A Comissão de Verificação
Campos Salles (1898-1902)
Afim de garantir-se do cumprimento dessa política, o presidente fez com que
o Congresso por ele controlado instituísse a Comissão de Verificação de Poderes
(dizia-se que por sugestão do senador gaúcho Pinheiro Machado), formada por
cinco parlamentares com a função de apurar se os deputados eleitos nos estados
realmente estavam comprometidos em vir dar o seu apoio ao presidente. Para
a comissão, não havia maior significado o parlamentar ter recebido ou não
os sufrágios necessários, mas unicamente se ele estava disposto a cumprir
com o acertado entre o governador do seu estado e o presidente da república.
Isso é que explica porque o governador da Bahia, José Bezerra, ter dito, ao
redor de 1920, "ser eleito é uma coisa, ser reconhecido é outra". Frase que
é uma variação daquela outra atribuída a Pinheiro Machado, que assegurou a
um oposicionista "eleito o senhor foi, o que não vai ser é diplomado."
Um toma lá, dá cá
O centralismo de Vargas opôs-se ao coronelismo
Um enorme mecanismo de favores e contrafavores, principiando nas fraldas
de qualquer município brasileiro estendia-se assim, passando antes pelo palácio
do governador, até chegar ao centro do poder no Palácio da Guanabara do Rio
de Janeiro. Durante quase um trintênio esse sistema funcionou a contento.

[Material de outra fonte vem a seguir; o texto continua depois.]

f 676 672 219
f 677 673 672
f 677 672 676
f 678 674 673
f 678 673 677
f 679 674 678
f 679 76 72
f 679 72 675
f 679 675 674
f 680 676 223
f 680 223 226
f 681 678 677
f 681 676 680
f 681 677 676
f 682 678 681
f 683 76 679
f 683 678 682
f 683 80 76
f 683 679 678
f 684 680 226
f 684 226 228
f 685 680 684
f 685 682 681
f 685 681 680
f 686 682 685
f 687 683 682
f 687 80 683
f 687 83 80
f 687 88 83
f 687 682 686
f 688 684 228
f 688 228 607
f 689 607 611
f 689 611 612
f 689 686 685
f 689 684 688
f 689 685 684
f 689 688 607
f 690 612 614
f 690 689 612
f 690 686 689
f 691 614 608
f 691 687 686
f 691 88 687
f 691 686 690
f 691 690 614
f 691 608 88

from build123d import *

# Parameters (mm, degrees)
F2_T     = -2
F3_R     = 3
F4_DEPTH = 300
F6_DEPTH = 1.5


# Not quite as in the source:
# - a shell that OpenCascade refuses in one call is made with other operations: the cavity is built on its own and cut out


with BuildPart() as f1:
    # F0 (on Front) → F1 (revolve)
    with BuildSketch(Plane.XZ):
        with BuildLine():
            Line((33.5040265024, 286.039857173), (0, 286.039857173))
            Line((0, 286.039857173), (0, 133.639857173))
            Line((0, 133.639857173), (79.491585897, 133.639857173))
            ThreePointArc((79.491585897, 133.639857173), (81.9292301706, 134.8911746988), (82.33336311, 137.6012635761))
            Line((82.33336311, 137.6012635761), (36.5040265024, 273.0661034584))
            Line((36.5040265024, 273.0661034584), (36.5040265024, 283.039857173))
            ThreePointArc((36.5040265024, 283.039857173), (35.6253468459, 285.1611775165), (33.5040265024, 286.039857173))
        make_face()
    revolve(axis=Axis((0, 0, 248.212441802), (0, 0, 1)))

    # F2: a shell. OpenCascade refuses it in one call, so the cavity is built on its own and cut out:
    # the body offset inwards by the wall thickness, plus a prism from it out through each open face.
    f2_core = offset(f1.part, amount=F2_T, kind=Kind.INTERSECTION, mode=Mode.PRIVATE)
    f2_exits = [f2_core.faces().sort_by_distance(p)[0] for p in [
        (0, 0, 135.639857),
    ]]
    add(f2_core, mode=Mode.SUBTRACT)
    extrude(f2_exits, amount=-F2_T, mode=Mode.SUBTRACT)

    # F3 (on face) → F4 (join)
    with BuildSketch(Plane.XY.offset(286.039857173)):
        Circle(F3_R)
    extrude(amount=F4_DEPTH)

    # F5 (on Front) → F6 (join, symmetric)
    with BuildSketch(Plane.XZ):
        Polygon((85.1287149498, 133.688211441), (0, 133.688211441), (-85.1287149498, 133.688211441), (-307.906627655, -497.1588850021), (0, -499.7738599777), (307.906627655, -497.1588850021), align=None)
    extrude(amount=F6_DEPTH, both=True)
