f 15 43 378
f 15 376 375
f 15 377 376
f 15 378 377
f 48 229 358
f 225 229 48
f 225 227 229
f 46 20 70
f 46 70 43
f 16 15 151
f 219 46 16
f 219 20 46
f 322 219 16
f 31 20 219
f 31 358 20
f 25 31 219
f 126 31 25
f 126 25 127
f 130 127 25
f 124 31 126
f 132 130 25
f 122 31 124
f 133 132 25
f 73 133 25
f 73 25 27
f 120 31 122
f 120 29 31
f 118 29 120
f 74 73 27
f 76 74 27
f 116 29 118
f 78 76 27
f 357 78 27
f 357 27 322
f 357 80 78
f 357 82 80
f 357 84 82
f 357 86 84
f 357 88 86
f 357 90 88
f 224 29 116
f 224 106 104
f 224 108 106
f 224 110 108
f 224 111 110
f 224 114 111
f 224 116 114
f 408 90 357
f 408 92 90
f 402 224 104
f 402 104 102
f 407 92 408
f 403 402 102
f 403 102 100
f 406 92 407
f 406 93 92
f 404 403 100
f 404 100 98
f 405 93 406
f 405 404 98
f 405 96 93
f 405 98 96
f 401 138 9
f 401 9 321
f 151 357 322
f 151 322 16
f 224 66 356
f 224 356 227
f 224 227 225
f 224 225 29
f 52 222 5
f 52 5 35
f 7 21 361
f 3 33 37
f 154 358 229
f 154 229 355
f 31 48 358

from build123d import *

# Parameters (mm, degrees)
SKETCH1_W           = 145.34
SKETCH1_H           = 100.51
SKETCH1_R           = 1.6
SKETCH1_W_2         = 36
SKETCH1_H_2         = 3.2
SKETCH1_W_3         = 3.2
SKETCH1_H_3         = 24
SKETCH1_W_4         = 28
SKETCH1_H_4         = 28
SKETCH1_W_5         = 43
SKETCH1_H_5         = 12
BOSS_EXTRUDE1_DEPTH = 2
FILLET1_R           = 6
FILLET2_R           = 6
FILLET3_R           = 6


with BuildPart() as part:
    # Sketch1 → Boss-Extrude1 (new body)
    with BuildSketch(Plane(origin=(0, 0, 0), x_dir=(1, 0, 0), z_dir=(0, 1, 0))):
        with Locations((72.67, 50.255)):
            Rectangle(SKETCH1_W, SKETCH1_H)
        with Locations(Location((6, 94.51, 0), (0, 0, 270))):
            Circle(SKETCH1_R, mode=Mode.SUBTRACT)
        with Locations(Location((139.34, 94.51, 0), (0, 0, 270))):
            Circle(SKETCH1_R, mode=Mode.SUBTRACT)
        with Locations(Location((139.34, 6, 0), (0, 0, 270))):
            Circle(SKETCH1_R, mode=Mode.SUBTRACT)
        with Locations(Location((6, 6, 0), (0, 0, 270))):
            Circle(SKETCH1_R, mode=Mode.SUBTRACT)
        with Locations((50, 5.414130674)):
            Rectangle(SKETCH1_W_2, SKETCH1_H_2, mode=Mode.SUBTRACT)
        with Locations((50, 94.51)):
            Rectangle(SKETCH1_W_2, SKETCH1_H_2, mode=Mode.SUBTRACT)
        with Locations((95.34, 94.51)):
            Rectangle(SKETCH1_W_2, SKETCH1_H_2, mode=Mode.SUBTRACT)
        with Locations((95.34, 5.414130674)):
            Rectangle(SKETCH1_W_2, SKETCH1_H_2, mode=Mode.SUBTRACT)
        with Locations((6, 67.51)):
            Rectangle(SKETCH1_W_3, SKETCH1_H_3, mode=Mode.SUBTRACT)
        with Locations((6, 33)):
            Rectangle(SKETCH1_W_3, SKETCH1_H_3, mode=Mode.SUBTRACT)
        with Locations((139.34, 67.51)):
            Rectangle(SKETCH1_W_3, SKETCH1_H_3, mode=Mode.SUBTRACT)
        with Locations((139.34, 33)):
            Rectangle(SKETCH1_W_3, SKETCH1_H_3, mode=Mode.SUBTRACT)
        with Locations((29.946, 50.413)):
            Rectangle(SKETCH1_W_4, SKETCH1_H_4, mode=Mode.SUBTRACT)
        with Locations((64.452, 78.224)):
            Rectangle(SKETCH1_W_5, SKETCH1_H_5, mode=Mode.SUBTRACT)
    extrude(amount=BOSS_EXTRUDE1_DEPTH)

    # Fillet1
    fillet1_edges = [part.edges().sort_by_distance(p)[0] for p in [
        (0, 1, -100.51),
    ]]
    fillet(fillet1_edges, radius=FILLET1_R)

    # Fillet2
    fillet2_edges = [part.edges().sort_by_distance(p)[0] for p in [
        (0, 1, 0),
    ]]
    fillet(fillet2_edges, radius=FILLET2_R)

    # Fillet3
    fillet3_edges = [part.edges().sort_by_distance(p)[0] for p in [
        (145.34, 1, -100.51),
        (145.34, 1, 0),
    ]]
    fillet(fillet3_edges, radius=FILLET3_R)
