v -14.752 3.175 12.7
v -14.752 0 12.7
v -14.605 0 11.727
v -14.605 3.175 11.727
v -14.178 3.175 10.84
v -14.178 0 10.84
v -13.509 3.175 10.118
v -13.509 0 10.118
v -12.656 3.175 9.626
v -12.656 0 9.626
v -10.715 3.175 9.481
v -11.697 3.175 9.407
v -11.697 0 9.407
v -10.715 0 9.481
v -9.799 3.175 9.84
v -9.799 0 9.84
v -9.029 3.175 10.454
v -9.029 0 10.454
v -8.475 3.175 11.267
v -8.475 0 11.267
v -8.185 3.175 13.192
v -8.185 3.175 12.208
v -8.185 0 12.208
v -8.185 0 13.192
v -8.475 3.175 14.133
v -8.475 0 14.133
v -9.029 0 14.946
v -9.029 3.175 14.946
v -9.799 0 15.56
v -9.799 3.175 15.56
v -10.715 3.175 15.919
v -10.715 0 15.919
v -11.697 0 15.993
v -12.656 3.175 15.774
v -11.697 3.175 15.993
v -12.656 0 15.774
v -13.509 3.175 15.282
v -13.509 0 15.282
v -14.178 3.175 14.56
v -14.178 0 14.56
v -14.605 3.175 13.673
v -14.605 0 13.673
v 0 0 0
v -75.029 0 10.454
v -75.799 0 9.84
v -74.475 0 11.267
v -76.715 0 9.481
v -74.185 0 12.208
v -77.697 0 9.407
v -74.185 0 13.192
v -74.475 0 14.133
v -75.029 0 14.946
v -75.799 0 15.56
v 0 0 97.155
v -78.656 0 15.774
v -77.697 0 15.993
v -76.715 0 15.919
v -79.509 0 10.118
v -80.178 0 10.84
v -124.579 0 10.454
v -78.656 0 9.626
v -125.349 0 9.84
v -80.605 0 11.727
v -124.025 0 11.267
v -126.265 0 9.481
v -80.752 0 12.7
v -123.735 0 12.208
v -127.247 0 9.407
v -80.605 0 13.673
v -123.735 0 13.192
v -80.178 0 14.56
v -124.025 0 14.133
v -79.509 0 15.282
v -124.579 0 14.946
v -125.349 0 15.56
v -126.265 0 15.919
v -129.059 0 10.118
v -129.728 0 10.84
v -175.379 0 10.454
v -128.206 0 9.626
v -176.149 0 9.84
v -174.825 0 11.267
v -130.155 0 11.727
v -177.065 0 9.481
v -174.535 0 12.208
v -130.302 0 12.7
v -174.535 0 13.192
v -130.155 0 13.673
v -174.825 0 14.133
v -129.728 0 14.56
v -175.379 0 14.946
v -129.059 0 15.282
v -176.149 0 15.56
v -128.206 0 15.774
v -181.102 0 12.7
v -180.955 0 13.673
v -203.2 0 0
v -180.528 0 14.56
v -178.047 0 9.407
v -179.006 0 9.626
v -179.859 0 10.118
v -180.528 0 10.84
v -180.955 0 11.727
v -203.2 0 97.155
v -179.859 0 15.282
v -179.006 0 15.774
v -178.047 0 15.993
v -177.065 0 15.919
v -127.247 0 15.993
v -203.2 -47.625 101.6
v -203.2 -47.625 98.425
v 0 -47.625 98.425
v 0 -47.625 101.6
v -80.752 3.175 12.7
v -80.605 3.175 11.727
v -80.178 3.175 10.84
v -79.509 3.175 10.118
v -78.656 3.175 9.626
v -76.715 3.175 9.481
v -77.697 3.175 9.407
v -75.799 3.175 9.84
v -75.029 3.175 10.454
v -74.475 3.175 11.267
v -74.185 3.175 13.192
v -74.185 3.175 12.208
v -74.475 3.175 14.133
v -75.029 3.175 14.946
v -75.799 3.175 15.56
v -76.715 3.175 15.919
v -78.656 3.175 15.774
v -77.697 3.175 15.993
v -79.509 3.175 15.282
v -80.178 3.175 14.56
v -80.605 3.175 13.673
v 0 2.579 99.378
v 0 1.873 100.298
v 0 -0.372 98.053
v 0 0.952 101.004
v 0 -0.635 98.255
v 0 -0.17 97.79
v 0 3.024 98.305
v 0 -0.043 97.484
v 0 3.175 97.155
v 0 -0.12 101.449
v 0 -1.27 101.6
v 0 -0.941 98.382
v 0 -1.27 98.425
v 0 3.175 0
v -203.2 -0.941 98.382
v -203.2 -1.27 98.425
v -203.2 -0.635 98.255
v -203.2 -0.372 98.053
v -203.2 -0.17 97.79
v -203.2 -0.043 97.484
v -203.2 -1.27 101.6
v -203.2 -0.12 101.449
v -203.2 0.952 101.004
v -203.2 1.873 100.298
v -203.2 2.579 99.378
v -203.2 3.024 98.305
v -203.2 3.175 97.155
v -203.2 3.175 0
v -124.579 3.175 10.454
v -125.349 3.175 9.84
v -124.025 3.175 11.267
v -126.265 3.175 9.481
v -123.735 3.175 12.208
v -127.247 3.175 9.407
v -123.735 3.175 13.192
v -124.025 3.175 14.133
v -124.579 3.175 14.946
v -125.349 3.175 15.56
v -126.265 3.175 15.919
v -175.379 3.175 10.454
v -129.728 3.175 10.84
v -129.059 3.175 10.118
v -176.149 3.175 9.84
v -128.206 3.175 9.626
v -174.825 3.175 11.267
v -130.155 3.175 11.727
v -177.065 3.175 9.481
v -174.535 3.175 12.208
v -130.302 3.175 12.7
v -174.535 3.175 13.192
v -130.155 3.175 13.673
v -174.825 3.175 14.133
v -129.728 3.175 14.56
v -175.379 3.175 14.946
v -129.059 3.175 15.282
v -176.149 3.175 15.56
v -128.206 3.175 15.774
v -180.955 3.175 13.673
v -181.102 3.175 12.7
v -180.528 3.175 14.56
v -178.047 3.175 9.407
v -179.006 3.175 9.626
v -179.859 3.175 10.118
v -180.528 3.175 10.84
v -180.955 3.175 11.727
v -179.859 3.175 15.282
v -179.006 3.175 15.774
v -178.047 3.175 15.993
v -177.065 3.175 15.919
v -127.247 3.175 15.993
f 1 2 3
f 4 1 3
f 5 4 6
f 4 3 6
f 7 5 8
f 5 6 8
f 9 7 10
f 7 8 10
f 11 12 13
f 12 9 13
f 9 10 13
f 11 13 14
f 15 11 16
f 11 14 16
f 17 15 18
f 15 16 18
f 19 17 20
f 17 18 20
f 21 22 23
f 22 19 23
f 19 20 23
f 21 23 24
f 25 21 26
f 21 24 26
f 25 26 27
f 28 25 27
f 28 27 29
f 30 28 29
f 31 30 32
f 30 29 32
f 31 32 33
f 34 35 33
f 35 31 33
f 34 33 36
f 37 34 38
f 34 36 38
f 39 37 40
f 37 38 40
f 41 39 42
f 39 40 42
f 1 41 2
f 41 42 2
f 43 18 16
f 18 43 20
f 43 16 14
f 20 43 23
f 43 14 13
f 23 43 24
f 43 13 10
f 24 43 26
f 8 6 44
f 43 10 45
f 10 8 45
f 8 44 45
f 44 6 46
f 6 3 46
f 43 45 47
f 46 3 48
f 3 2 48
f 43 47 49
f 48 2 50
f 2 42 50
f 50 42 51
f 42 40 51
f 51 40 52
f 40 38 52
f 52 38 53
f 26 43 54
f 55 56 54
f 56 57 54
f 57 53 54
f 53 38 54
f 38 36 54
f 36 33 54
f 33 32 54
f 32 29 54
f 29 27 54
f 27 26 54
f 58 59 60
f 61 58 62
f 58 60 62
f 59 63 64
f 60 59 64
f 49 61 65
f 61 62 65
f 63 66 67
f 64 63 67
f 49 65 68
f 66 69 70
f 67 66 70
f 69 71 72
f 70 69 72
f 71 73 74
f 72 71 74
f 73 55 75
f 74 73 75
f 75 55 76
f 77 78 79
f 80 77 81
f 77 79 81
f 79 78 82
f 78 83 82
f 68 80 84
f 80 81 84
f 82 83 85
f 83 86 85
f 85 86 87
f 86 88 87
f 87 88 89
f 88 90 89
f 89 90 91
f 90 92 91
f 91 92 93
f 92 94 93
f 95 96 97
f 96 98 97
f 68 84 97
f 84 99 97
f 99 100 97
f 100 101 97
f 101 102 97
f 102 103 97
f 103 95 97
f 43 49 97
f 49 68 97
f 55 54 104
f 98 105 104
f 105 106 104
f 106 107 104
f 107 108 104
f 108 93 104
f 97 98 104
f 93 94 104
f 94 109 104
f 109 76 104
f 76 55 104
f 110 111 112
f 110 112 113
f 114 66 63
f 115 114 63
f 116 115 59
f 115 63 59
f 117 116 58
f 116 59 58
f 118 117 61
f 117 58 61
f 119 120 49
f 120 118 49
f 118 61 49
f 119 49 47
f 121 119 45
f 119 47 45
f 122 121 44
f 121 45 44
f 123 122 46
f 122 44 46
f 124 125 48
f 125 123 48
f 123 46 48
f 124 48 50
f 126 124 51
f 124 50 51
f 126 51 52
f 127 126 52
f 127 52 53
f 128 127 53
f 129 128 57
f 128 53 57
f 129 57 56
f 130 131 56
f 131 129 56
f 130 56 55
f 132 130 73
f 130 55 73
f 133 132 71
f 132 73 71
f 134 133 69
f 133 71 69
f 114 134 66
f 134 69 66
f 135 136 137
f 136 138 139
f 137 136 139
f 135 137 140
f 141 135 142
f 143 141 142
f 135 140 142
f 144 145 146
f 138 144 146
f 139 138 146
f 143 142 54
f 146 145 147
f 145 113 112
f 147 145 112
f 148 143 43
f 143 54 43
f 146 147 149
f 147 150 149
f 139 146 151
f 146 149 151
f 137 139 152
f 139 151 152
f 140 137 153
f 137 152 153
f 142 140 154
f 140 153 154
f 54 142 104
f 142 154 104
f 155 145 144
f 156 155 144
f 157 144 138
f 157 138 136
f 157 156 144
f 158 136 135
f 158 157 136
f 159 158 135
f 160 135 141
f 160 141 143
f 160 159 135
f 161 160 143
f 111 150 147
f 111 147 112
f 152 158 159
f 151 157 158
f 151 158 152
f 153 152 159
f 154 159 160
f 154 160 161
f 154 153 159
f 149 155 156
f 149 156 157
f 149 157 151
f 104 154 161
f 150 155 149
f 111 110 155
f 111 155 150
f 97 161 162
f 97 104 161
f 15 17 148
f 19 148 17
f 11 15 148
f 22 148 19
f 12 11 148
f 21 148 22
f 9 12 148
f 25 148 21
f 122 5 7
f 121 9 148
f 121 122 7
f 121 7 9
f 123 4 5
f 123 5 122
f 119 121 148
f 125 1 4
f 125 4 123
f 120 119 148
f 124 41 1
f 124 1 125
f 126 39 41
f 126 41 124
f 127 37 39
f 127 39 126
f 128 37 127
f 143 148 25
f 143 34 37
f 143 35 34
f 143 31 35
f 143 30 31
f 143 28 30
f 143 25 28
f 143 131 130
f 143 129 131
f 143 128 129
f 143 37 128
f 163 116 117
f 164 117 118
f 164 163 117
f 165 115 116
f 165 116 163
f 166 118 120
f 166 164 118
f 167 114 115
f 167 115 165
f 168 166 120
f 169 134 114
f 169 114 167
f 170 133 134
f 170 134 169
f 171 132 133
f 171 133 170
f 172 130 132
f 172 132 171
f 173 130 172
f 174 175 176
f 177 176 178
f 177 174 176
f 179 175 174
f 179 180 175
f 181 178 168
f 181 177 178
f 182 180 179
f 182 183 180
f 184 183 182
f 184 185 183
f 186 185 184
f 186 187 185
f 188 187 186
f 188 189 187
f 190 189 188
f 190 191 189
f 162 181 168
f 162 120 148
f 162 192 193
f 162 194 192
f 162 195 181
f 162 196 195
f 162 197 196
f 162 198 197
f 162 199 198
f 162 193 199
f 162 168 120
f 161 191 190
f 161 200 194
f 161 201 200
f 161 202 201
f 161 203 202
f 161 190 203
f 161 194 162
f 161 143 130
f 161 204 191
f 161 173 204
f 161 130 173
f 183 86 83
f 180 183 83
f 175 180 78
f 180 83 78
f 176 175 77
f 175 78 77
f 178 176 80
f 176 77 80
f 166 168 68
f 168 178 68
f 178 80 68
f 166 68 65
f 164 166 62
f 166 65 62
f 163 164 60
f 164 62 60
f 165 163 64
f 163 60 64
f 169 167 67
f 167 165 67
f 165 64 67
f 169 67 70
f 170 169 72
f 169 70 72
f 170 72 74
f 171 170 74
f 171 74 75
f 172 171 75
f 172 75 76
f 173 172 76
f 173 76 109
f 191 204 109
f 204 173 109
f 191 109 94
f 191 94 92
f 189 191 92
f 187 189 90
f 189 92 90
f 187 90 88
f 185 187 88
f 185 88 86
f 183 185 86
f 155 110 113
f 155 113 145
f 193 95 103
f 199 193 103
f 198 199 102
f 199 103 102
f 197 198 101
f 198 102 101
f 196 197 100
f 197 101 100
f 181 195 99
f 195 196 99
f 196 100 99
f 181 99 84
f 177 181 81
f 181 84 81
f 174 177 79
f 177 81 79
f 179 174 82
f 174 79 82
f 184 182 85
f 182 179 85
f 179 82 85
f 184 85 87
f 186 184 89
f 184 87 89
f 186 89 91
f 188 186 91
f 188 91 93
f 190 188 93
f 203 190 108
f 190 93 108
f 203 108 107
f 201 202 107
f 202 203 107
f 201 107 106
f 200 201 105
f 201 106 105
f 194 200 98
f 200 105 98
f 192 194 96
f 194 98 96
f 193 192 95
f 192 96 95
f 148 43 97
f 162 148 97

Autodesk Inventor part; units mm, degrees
ref_plane "YZ Plane" through (0, 0, 0) normal (1, 0, 0) x (0, 1, 0)
ref_plane "XZ Plane" through (0, 0, 0) normal (0, 1, 0) x (-1, 0, 0)
ref_plane "XY Plane" through (0, 0, 0) normal (0, 0, 1) x (1, 0, 0)
sketch "Sketch1" plane through (0, 0, 0) normal (0, 1, 0) x (-1, 0, 0)
  line L0 (0, 0) -> (203.2, 0)
  line L1 (203.2, 0) -> (203.2, 25.4)
  line L2 (203.2, 25.4) -> (0, 25.4) construction
  line L3 (0, 25.4) -> (0, 0)
  line L4 (11.45, 12.7) -> (77.45, 12.7) construction
  circle A0 centre (11.45, 12.7) radius 3.302
  circle A1 centre (77.45, 12.7) radius 3.302
  line L5 (44.45, 25.4) -> (44.45, 0) construction
  circle A2 centre (127, 12.7) radius 3.302
  circle A3 centre (177.8, 12.7) radius 3.302
  line L6 (127, 12.7) -> (177.8, 12.7) construction
  line L7 (152.4, 25.4) -> (152.4, 0) construction
  line L8 (0, 25.4) -> (0, 101.6)
  line L9 (0, 101.6) -> (203.2, 101.6)
  line L10 (203.2, 101.6) -> (203.2, 25.4)
  point P0 (44.45, 12.7)
  point P1 (152.4, 12.7)
  dimension "d0" = 66
  dimension "d1" = 6.604
  dimension "d2" = 6.604
  dimension "d3" = 25.4
  dimension "d4" = 44.45
  dimension "d6" = 50.8
  dimension "d7" = 50.8
  dimension "d8" = 76.2
  dimension "d9" = 203.2
extrude "Plate1" add sketch "Sketch1" along normal blind 3.175
sketch "Sketch2" plane through (-203.2, 3.175, 98.425) normal (0, 0, 1) x (1, 0, 0)
  line L0 (203.2, 0) -> (0, 0)
  line L1 (0, 0) -> (0, -50.8)
  line L2 (0, -50.8) -> (203.2, -50.8)
  line L3 (203.2, -50.8) -> (203.2, 0)
edge flange "Flange1" height 50.8 angle 90 thickness 3.175 bend radius 1.27 thickness toward (0, 0, 1) relief tear relief width 3.175 relief depth 1.5875 edges at (-101.6, 0, 101.6) wall of the first edge with corners at (0, 3.175, 98.425) (-203.2, 3.175, 98.425) (-203.2, -47.625, 98.425) (0, -47.625, 98.425)
bend "Bend1"
corner "Corner1"
equation "\"d11\" = BendReliefWidth"
equation "\"d12\" = BendReliefDepth"
equation "\"d13\" = MinimumRemnant"
equation "\"d14\" = BendRadius"
equation "\"d18\" = CornerReliefSize"
equation "\"d19\" = GapSize"
equation "\"d20\" = JacobiRadiusSize"
equation "\"BendRadius\" = Thickness"
equation "\"BendReliefWidth\" = Thickness"
equation "\"BendReliefDepth\" = 0.5 * Thickness"
equation "\"CornerReliefSize\" = 4 * Thickness"
equation "\"MinimumRemnant\" = 2 * Thickness"
equation "\"TransitionRadius\" = BendRadius"
equation "\"JacobiRadiusSize\" = BendRadius"
equation "\"GapSize\" = Thickness"
equation "\"d10\" = BendRadius"
equation "\"Thickness\" = 3.175"
properties part number "Electrical Board Mount Part1" material "Aluminum 6061"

Se pecava contra a educação democrática do povo, ao viciar completamente os
resultados eleitorais, trouxe pelo menos uma certa estabilidade invejável
à turbulenta e instável crônica política brasileira. Mesmo quando ele foi
sacudido pelas várias revoltas promovidas pelo Movimento Tenentista (em 1922,
1924 e 1926), ele mostrou-se hábil em sobreviver.